The assets showing the largest risk-adjusted return this morning are all corroborating that idea. That includes a lower EURUSD, higher Euro private and sovereign credit, higher commodities (with Brent crude the best on a risk-adjusted basis), higher Euro equities (led by the German DAX on a risk-adjusted basis). Additionally, note that the second worst currency on a risk-adjusted basis behind the EUR weakness is the Swiss Franc (CHF). Yesterday, with the 1.20 EURCHF cap being tested, the Swiss National Bank (SNB) announced that they stood ready to defend that cap immediately if necessary. If the ECB is getting more aggressive then the SNB shouldn't be that far behind them.

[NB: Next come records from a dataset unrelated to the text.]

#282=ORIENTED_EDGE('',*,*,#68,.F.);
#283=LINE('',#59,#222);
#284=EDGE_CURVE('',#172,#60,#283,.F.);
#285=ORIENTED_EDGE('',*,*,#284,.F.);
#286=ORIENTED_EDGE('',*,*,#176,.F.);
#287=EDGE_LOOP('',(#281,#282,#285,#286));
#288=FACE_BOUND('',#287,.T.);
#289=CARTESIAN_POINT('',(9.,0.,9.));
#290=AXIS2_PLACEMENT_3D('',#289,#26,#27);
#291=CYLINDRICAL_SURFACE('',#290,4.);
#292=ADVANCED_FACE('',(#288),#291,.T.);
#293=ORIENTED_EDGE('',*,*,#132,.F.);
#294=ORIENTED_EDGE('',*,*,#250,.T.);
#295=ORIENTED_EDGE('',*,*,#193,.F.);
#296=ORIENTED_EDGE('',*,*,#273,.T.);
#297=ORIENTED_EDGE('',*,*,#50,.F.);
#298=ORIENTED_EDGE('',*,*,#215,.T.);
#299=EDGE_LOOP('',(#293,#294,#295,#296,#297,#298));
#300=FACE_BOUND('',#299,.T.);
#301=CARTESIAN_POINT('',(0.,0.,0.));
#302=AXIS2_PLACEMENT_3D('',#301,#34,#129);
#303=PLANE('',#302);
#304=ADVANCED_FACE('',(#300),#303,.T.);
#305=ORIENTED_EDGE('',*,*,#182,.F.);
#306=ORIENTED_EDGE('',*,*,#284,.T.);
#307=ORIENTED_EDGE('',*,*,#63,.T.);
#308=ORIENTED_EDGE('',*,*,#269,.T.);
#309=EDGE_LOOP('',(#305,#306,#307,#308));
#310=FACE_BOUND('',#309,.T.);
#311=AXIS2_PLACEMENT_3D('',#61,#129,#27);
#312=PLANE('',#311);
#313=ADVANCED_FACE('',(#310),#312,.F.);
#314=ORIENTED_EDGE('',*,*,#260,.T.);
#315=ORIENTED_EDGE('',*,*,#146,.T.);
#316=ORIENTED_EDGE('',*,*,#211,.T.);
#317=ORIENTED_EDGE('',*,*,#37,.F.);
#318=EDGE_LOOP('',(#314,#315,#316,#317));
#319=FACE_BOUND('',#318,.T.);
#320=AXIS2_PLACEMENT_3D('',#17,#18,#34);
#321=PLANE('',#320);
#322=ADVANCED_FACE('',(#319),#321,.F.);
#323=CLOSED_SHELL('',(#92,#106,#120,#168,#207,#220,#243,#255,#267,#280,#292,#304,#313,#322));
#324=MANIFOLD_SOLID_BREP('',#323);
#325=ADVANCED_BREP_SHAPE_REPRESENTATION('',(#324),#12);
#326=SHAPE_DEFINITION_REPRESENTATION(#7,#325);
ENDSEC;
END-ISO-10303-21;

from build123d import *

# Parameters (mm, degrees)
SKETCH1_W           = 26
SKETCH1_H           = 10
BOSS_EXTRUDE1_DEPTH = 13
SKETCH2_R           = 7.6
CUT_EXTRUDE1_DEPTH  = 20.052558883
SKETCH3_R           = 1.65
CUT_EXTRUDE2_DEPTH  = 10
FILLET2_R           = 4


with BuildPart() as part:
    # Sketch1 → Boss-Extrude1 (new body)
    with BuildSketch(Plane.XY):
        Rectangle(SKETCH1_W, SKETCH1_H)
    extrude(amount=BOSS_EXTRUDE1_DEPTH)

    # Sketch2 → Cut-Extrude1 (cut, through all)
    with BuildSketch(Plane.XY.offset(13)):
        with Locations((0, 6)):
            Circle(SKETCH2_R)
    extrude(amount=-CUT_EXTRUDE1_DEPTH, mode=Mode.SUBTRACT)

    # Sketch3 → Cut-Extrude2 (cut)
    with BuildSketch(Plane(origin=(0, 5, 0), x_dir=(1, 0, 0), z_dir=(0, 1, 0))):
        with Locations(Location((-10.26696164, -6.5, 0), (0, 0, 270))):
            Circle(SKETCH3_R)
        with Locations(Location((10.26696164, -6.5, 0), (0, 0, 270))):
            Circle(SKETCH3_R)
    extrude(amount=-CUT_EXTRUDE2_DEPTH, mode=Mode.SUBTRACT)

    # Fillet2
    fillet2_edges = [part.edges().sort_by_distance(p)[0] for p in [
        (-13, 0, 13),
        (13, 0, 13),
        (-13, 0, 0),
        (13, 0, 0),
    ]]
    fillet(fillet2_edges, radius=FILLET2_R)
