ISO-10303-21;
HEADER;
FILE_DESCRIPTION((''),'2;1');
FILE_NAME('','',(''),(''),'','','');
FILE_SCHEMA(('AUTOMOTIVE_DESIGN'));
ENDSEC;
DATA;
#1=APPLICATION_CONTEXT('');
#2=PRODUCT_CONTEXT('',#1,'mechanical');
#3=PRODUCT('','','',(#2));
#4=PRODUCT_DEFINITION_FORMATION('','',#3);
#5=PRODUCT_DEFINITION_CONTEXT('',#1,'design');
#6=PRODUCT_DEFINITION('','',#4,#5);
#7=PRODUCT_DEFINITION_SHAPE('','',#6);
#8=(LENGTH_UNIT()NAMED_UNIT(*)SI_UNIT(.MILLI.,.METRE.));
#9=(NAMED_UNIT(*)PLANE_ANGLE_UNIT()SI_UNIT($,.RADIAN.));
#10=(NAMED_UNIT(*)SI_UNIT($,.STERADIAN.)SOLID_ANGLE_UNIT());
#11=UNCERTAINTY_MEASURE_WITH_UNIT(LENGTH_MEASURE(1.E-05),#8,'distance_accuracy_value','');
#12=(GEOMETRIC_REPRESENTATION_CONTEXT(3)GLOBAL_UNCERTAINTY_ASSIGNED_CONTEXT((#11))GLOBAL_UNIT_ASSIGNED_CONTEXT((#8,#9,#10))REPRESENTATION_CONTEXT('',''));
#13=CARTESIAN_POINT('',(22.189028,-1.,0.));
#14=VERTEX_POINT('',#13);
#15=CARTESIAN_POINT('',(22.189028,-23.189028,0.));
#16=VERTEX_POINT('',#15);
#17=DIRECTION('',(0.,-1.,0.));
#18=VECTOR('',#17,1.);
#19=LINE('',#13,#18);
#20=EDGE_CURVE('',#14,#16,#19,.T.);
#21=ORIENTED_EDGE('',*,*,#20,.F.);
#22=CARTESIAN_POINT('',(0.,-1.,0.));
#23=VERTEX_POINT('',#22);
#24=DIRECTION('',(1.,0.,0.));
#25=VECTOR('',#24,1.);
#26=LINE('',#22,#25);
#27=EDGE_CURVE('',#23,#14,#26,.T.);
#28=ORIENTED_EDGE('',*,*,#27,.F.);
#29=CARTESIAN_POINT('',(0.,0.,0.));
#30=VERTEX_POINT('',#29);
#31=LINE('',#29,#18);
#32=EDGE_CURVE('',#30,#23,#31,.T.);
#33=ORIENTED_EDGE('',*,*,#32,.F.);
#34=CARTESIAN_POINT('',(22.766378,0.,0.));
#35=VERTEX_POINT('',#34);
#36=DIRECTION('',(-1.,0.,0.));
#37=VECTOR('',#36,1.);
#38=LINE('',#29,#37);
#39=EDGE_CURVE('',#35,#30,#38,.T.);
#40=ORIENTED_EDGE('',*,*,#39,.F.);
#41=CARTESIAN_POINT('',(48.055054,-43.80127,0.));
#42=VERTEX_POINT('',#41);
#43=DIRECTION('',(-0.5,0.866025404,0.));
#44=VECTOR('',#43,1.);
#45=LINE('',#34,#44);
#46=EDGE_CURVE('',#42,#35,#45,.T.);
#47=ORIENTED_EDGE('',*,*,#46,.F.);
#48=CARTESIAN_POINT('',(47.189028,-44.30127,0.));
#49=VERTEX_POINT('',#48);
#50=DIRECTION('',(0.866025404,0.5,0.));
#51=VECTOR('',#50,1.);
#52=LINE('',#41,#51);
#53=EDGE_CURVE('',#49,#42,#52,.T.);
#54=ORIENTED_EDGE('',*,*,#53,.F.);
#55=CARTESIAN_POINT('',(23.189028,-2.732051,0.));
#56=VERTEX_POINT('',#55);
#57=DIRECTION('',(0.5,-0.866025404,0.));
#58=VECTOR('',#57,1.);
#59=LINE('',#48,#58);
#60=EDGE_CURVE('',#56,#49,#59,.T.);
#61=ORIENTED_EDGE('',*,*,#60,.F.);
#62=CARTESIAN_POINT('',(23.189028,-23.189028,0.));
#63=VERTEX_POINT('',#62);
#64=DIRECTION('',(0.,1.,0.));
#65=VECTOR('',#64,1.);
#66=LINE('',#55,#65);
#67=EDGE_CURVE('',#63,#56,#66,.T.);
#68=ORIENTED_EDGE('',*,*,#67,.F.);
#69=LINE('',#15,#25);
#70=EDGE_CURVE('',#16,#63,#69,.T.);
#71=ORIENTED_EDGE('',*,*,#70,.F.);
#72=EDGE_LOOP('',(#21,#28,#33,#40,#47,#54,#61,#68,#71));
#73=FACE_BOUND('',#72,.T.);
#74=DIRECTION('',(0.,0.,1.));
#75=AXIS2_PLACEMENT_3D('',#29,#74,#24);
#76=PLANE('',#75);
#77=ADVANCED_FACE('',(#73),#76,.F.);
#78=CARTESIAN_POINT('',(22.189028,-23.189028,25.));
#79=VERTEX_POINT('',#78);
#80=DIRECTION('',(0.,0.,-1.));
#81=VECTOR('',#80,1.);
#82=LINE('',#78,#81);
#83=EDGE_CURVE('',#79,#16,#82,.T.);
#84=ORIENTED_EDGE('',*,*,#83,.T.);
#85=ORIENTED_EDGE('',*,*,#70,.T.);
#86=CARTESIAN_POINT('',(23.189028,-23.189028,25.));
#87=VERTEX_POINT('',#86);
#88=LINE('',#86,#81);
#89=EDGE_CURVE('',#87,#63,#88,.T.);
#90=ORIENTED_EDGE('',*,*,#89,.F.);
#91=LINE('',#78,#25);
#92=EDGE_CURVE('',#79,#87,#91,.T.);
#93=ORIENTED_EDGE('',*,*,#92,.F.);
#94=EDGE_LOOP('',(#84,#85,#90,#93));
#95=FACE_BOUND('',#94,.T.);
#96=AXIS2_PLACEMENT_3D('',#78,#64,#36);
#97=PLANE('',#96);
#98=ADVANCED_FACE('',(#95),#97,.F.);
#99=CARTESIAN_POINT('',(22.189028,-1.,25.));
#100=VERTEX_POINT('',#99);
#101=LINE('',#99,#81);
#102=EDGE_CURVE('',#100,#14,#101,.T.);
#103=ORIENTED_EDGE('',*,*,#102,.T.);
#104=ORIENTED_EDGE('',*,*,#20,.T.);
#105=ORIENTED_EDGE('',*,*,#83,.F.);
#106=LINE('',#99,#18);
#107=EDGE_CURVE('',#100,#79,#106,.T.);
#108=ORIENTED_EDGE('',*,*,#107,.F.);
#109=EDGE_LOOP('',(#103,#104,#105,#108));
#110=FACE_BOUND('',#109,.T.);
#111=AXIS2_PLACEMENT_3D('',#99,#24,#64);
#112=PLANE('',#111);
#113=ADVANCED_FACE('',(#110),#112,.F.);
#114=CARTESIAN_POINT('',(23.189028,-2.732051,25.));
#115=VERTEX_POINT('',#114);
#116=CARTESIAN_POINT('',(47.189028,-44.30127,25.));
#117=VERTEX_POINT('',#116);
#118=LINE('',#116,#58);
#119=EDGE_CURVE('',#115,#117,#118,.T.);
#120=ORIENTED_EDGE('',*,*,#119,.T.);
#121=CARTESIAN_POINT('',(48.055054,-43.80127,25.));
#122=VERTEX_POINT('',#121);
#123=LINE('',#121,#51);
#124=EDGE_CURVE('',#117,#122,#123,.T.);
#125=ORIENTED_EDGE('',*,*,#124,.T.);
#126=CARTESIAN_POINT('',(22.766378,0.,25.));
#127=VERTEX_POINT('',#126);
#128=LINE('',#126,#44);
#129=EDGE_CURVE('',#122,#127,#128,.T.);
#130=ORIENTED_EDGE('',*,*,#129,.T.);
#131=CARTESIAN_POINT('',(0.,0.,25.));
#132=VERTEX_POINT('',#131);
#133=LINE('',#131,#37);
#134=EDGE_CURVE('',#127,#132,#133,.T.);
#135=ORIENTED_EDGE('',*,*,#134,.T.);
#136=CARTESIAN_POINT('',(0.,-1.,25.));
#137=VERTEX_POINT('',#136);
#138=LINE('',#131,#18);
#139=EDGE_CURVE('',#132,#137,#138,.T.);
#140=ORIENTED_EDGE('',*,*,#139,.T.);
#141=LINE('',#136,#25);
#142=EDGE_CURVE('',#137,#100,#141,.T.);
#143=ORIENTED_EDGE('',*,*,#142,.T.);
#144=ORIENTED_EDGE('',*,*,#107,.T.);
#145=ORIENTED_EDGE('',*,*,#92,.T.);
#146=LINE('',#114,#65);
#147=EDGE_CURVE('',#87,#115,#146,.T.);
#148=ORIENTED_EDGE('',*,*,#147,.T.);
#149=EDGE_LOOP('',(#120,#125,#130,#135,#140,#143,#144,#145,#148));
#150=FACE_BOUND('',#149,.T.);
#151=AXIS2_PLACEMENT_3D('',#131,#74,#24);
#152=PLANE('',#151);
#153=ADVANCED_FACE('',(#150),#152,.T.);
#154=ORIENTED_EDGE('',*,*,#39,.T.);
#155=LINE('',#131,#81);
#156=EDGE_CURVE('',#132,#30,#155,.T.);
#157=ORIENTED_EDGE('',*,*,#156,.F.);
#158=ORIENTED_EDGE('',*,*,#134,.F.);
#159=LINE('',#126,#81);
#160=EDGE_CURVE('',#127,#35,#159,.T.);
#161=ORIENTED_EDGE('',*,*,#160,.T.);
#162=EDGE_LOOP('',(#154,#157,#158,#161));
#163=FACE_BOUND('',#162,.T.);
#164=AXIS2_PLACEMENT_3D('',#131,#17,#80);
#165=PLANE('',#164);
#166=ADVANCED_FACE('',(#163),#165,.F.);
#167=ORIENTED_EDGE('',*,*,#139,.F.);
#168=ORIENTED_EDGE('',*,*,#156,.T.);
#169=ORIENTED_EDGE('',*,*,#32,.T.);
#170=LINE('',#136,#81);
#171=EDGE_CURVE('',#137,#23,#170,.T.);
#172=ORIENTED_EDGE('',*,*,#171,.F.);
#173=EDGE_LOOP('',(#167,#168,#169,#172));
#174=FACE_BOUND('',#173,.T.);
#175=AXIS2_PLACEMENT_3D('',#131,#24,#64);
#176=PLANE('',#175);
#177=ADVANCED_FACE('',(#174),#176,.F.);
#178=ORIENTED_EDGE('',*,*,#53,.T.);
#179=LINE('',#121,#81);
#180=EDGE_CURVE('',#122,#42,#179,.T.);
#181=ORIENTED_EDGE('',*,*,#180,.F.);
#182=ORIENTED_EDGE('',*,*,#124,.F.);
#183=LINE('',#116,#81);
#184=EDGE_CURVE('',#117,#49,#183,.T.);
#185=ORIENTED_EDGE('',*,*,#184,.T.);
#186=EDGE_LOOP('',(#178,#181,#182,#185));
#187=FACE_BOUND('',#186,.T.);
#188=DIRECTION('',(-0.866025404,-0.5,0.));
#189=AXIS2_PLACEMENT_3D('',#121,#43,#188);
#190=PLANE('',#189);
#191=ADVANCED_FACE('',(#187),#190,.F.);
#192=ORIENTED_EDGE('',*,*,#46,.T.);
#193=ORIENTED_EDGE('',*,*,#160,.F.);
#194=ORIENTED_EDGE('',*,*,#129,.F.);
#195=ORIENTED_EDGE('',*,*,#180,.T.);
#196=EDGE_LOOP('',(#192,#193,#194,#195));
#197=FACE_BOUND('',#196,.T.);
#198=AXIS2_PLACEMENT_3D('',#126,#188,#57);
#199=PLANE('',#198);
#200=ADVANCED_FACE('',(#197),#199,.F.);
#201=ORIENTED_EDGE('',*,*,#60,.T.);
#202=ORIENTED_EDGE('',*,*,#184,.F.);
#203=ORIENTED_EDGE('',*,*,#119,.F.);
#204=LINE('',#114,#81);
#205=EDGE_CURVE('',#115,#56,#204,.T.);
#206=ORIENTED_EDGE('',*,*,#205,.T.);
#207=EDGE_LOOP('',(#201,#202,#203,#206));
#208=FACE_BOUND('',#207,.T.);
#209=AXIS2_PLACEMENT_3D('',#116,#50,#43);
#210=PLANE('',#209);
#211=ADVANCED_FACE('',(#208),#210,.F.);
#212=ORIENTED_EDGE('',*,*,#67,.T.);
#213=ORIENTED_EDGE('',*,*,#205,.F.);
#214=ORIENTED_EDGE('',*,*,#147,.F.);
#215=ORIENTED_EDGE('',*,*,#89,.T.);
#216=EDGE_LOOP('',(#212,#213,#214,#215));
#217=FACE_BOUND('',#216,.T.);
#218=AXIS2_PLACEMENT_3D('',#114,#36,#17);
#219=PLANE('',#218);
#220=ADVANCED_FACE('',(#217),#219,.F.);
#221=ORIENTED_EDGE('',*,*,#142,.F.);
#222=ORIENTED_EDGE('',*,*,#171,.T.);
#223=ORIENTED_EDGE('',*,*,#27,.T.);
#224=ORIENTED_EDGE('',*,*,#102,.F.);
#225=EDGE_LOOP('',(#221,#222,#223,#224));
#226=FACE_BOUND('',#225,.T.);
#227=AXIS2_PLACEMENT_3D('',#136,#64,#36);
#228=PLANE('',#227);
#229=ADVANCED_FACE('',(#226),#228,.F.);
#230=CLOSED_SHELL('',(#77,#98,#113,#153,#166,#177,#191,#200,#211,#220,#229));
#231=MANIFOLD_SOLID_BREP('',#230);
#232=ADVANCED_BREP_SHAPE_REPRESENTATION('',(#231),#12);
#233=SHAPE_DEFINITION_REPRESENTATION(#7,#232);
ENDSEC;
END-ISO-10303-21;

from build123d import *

# Parameters (mm, degrees)
BOSS_EXTRUDE1_DEPTH = 25


with BuildPart() as part:
    # Sketch1 → Boss-Extrude1 (new body)
    with BuildSketch(Plane.XY):
        Polygon((0, 0), (22.766378419, 0), (48.055053554, -43.801270189), (47.18902815, -44.301270189), (23.18902815, -2.732050808), (23.18902815, -23.18902815), (22.18902815, -23.18902815), (22.18902815, -1), (0, -1), align=None)
    extrude(amount=BOSS_EXTRUDE1_DEPTH)


solid = part.part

On the other side of the world, the People's Bank of China (PBoC) announced this morning that it had cut its 1yr deposit rate by 25bps to 2.75% and 1-year lending rate by 40bps to 5.60%. Additionally, it injected $8.7bln in funds to ease a cash shortage deriving from a heavy IPO schedule that has jacked up money market rates. Although, this is the "first time the PBoC has cut interest rates since July 2012" they have been actively achieving the same results synthetically by lowering reserve requirements and adjusting loan-to-deposit ratios, so it's all a matter of perspective. Chinese equities as indicated by the FXI ETF are up 3% and the ASHR ETF that tracks the CSI 300 is indicated up more than 5%. Miners, cement, and materials stocks are also having a very strong morning.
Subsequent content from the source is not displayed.